**Material shown**
****************
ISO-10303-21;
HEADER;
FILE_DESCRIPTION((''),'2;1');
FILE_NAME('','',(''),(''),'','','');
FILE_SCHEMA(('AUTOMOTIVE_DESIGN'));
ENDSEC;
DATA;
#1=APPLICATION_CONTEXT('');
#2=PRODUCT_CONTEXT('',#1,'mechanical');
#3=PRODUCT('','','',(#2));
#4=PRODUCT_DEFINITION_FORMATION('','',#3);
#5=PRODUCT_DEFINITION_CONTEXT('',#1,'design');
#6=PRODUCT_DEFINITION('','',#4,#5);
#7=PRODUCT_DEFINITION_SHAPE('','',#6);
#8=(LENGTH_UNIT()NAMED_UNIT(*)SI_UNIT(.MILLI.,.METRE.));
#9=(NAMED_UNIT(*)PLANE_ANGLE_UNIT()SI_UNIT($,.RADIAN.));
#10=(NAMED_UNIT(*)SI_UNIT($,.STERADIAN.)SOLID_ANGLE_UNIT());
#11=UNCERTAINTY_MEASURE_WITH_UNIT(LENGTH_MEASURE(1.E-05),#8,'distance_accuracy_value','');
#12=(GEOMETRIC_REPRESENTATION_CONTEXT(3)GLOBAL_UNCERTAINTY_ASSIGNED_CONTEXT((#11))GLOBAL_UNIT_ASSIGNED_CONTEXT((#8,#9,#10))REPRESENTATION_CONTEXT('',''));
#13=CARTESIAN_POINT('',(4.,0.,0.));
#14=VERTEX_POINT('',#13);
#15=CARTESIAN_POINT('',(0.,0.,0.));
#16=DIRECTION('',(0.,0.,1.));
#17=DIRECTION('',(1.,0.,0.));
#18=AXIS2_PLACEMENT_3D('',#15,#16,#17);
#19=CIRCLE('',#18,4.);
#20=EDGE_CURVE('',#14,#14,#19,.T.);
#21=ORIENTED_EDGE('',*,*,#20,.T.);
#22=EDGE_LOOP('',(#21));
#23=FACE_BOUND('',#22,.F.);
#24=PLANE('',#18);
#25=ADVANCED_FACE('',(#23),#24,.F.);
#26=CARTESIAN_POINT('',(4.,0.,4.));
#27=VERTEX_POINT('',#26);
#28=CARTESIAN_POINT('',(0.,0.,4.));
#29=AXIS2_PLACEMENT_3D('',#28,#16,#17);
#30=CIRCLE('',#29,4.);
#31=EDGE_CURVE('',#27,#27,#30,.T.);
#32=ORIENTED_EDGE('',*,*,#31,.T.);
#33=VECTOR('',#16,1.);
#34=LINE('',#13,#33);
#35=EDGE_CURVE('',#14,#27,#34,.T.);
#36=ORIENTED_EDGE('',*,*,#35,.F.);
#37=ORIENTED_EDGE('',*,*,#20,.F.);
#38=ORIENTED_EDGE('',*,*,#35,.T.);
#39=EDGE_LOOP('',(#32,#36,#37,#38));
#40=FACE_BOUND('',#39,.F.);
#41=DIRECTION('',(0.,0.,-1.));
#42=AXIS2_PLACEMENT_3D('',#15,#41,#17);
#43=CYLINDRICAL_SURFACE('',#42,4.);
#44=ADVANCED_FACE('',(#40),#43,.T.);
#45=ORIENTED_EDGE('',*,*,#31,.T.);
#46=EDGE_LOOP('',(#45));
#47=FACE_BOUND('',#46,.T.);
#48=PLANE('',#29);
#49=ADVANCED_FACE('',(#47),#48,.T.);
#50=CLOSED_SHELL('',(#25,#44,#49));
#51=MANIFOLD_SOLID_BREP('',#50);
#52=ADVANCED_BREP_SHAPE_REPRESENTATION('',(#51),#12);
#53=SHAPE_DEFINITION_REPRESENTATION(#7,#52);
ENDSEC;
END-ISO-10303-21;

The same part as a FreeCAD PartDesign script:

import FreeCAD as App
import Part
import Sketcher

V = App.Vector
Q = App.Units.Quantity

doc = App.newDocument("Part")
body = doc.addObject("PartDesign::Body", "Body")

# Sketch on XY plane
sketch1 = body.newObject("Sketcher::SketchObject", "Sketch")
sketch1.AttachmentSupport = (doc.getObject("XY_Plane"), [""])
sketch1.MapMode = "FlatFace"
sketch1.addGeometry(Part.Circle(V(0, 0, 0), V(0, 0, 1), 4), False)
sketch1.addConstraint([
    Sketcher.Constraint("Coincident", 0, 3, -1, 1),
    Sketcher.Constraint("Diameter", 0, Q("8 mm")),
])
pad1 = body.newObject("PartDesign::Pad", "Pad")
pad1.Profile = sketch1
pad1.Length = 4

doc.recompute()
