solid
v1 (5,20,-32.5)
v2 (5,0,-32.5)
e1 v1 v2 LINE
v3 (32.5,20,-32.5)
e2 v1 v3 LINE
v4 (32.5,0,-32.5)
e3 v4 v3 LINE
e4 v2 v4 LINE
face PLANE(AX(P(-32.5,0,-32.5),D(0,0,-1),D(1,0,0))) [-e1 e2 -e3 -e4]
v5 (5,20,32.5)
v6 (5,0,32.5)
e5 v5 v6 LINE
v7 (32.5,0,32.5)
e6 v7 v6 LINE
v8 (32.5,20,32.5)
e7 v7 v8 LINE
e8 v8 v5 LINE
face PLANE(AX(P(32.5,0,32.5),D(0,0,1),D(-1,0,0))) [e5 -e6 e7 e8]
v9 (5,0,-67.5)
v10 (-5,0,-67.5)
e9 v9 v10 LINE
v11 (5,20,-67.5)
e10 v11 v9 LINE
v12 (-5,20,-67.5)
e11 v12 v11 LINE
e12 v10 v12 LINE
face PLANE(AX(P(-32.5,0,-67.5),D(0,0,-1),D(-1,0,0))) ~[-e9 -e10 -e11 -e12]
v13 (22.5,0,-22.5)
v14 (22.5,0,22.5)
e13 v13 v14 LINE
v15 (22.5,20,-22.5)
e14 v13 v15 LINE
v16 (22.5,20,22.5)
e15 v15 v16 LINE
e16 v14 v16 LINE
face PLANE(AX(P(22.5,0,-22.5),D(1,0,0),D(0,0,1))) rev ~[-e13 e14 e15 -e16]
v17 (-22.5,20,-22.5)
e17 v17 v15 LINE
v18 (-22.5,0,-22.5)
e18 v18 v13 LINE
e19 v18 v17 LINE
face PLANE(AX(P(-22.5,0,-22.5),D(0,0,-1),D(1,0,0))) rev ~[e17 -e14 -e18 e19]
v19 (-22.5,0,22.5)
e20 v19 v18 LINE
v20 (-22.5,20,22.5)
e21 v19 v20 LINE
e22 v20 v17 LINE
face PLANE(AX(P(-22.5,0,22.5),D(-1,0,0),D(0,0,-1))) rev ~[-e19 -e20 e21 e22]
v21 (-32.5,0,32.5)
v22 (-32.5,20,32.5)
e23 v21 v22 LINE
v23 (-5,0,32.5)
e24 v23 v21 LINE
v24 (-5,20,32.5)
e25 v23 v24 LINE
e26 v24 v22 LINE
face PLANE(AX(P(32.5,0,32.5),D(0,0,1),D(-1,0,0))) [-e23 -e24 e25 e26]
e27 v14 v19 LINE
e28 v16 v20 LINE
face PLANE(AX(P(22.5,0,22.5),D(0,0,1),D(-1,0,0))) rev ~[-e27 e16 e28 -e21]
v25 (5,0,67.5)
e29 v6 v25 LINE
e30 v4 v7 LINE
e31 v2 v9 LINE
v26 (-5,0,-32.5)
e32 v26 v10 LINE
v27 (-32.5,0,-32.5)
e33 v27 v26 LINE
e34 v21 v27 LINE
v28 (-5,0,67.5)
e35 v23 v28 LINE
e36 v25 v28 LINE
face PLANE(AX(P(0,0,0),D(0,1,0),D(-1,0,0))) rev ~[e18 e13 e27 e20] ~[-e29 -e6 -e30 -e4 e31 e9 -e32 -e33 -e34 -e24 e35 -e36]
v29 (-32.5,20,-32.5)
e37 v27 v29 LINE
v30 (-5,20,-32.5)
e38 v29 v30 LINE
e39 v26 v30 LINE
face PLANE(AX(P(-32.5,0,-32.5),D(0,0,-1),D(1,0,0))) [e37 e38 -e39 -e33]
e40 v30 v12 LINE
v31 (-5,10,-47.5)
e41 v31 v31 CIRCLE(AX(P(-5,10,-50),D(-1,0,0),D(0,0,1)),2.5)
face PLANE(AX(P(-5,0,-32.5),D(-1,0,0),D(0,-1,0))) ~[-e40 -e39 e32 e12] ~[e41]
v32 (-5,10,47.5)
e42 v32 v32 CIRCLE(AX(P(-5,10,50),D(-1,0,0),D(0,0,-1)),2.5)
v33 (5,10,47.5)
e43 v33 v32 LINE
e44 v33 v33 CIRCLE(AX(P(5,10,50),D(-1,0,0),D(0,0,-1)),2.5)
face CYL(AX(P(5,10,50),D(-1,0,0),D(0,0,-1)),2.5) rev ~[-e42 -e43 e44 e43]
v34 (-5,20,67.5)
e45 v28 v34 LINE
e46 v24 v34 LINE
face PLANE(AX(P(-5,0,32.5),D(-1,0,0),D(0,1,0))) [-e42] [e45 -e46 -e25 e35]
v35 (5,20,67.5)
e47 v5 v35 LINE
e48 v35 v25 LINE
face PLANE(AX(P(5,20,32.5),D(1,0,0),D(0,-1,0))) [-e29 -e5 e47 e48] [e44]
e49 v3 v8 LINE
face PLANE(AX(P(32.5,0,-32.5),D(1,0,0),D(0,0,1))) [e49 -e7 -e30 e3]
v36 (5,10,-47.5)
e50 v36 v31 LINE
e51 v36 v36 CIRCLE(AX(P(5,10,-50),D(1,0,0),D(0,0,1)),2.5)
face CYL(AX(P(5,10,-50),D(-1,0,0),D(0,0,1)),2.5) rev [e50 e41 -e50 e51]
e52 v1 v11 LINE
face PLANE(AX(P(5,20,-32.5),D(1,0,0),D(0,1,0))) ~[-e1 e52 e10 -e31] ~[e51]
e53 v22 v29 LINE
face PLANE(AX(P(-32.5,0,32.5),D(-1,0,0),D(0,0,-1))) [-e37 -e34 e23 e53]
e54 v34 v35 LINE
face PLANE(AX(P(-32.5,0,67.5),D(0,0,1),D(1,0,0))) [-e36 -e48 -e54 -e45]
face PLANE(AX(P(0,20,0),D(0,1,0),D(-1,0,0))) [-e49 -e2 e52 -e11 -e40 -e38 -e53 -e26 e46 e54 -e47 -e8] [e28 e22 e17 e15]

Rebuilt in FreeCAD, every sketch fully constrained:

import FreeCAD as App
import Part
import Sketcher

doc = App.newDocument("Part")
params = doc.addObject("Spreadsheet::Sheet", "Params")
for row, (alias, value) in enumerate([
    ("sketch1_width", "65 mm"),
    ("sketch1_width2", "45 mm"),
    ("pad1_length", "20 mm"),
    ("sketch2_width", "10 mm"),
    ("sketch2_height", "20 mm"),
    ("pad2_length", "35 mm"),
    ("sketch3_diameter", "5 mm"),
    ("hole_diameter", "5 mm"),
], start=1):
    params.set(f"A{row}", alias)
    params.set(f"B{row}", "=" + value)
    params.setAlias(f"B{row}", alias)

body = doc.addObject("PartDesign::Body", "Body")

# Sketch on XZ plane
sketch1 = body.newObject("Sketcher::SketchObject", "Sketch")
sketch1.AttachmentSupport = (doc.getObject("XZ_Plane"), [""])
sketch1.MapMode = "FlatFace"
sketch1.addGeometry([
    Part.LineSegment(App.Vector(-32, 32, 0), App.Vector(32, 32, 0)),  # 0
    Part.LineSegment(App.Vector(32, 32, 0), App.Vector(32, -32, 0)),  # 1
    Part.LineSegment(App.Vector(32, -32, 0), App.Vector(-32, -32, 0)),  # 2
    Part.LineSegment(App.Vector(-32, -32, 0), App.Vector(-32, 32, 0)),  # 3
    Part.LineSegment(App.Vector(22, -22, 0), App.Vector(22, 22, 0)),  # 4
    Part.LineSegment(App.Vector(22, 22, 0), App.Vector(-22, 22, 0)),  # 5
    Part.LineSegment(App.Vector(-22, 22, 0), App.Vector(-22, -22, 0)),  # 6
    Part.LineSegment(App.Vector(-22, -22, 0), App.Vector(22, -22, 0)),  # 7
], False)
sketch1.addConstraint([
    Sketcher.Constraint("Coincident", 0, 2, 1, 1),
    Sketcher.Constraint("Coincident", 1, 2, 2, 1),
    Sketcher.Constraint("Coincident", 2, 2, 3, 1),
    Sketcher.Constraint("Coincident", 3, 2, 0, 1),
    Sketcher.Constraint("Coincident", 4, 2, 5, 1),
    Sketcher.Constraint("Coincident", 5, 2, 6, 1),
    Sketcher.Constraint("Coincident", 6, 2, 7, 1),
    Sketcher.Constraint("Coincident", 7, 2, 4, 1),
    Sketcher.Constraint("Horizontal", 0),
    Sketcher.Constraint("Vertical", 1),
    Sketcher.Constraint("Horizontal", 2),
    Sketcher.Constraint("Vertical", 3),
    Sketcher.Constraint("Vertical", 4),
    Sketcher.Constraint("Horizontal", 5),
    Sketcher.Constraint("Vertical", 6),
    Sketcher.Constraint("Horizontal", 7),
    Sketcher.Constraint("Symmetric", 0, 2, 2, 2, -1, 1),
    Sketcher.Constraint("Symmetric", 4, 2, 6, 2, -1, 1),
    Sketcher.Constraint("Equal", 2, 1),
    Sketcher.Constraint("Equal", 7, 4),
    Sketcher.Constraint("DistanceX", 0, 1, 0, 2, 65.0),
    Sketcher.Constraint("DistanceX", 5, 2, 5, 1, 45.0),
])
sketch1.setExpression("Constraints[20]", "Params.sketch1_width")
sketch1.setExpression("Constraints[21]", "Params.sketch1_width2")
pad1 = body.newObject("PartDesign::Pad", "Pad")
pad1.Profile = sketch1
pad1.setExpression("Length", "Params.pad1_length")
pad1.Reversed = True

# Sketch on XY plane
sketch2 = body.newObject("Sketcher::SketchObject", "Sketch001")
sketch2.AttachmentSupport = (doc.getObject("XY_Plane"), [""])
sketch2.MapMode = "FlatFace"
sketch2.AttachmentOffset = App.Placement(App.Vector(0, 0, 32.5), App.Rotation())
sketch2.addGeometry([
    Part.LineSegment(App.Vector(5, 20, 0), App.Vector(-5, 20, 0)),
    Part.LineSegment(App.Vector(-5, 20, 0), App.Vector(-5, 0, 0)),
    Part.LineSegment(App.Vector(-5, 0, 0), App.Vector(5, 0, 0)),
    Part.LineSegment(App.Vector(5, 0, 0), App.Vector(5, 20, 0)),
], False)
sketch2.addConstraint([
    Sketcher.Constraint("Coincident", 0, 2, 1, 1),
    Sketcher.Constraint("Coincident", 1, 2, 2, 1),
    Sketcher.Constraint("Coincident", 2, 2, 3, 1),
    Sketcher.Constraint("Coincident", 3, 2, 0, 1),
    Sketcher.Constraint("Horizontal", 0),
    Sketcher.Constraint("Vertical", 1),
    Sketcher.Constraint("Horizontal", 2),
    Sketcher.Constraint("Vertical", 3),
    Sketcher.Constraint("Symmetric", 1, 2, 2, 2, -1, 1),
    Sketcher.Constraint("DistanceX", 0, 2, 0, 1, 10.0),
    Sketcher.Constraint("DistanceY", 1, 2, 1, 1, 20.0),
])
sketch2.setExpression("Constraints[9]", "Params.sketch2_width")
sketch2.setExpression("Constraints[10]", "Params.sketch2_height")
pad2 = body.newObject("PartDesign::Pad", "Pad001")
pad2.Profile = sketch2
pad2.setExpression("Length", "Params.pad2_length")

# Sketch on YZ plane
sketch3 = body.newObject("Sketcher::SketchObject", "Sketch002")
sketch3.AttachmentSupport = (doc.getObject("YZ_Plane"), [""])
sketch3.MapMode = "FlatFace"
sketch3.AttachmentOffset = App.Placement(App.Vector(0, 0, 5), App.Rotation())
sketch3.addGeometry(Part.Circle(App.Vector(10, 50, 0), App.Vector(0, 0, 1), 2.5), False)
sketch3.addConstraint([
    Sketcher.Constraint("Diameter", 0, 5.0),
    Sketcher.Constraint("DistanceX", -1, 1, 0, 3, 10.0),
    Sketcher.Constraint("DistanceY", -1, 1, 0, 3, 50.0),
])
sketch3.setExpression("Constraints[0]", "Params.sketch3_diameter")
doc.recompute()
hole = body.newObject("PartDesign::Hole", "Hole")
hole.Profile = sketch3
hole.ThreadType = "None"
hole.setExpression("Diameter", "Params.hole_diameter")
hole.DepthType = "ThroughAll"
doc.recompute()

mirrored = body.newObject("PartDesign::Mirrored", "Mirrored")
mirrored.Originals = [pad2, hole]
mirrored.MirrorPlane = (doc.getObject("XY_Plane"), [""])
body.Tip = mirrored

doc.recompute()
****************
**Exercise brief**
Among the lines above, find the one with "#40=FACE_BOUND('',#39,.F.);" and the one with "e3 v4 v3 LINE". Quote both and everything between them, exactly.

**Answer section**
#40=FACE_BOUND('',#39,.F.);
#41=DIRECTION('',(0.,0.,-1.));
#42=AXIS2_PLACEMENT_3D('',#15,#41,#17);
#43=CYLINDRICAL_SURFACE('',#42,4.);
#44=ADVANCED_FACE('',(#40),#43,.T.);
#45=ORIENTED_EDGE('',*,*,#31,.T.);
#46=EDGE_LOOP('',(#45));
#47=FACE_BOUND('',#46,.T.);
#48=PLANE('',#29);
#49=ADVANCED_FACE('',(#47),#48,.T.);
#50=CLOSED_SHELL('',(#25,#44,#49));
#51=MANIFOLD_SOLID_BREP('',#50);
#52=ADVANCED_BREP_SHAPE_REPRESENTATION('',(#51),#12);
#53=SHAPE_DEFINITION_REPRESENTATION(#7,#52);
ENDSEC;
END-ISO-10303-21;

The same part as a FreeCAD PartDesign script:

import FreeCAD as App
import Part
import Sketcher

V = App.Vector
Q = App.Units.Quantity

doc = App.newDocument("Part")
body = doc.addObject("PartDesign::Body", "Body")

# Sketch on XY plane
sketch1 = body.newObject("Sketcher::SketchObject", "Sketch")
sketch1.AttachmentSupport = (doc.getObject("XY_Plane"), [""])
sketch1.MapMode = "FlatFace"
sketch1.addGeometry(Part.Circle(V(0, 0, 0), V(0, 0, 1), 4), False)
sketch1.addConstraint([
    Sketcher.Constraint("Coincident", 0, 3, -1, 1),
    Sketcher.Constraint("Diameter", 0, Q("8 mm")),
])
pad1 = body.newObject("PartDesign::Pad", "Pad")
pad1.Profile = sketch1
pad1.Length = 4

doc.recompute()
solid
v1 (5,20,-32.5)
v2 (5,0,-32.5)
e1 v1 v2 LINE
v3 (32.5,20,-32.5)
e2 v1 v3 LINE
v4 (32.5,0,-32.5)
e3 v4 v3 LINE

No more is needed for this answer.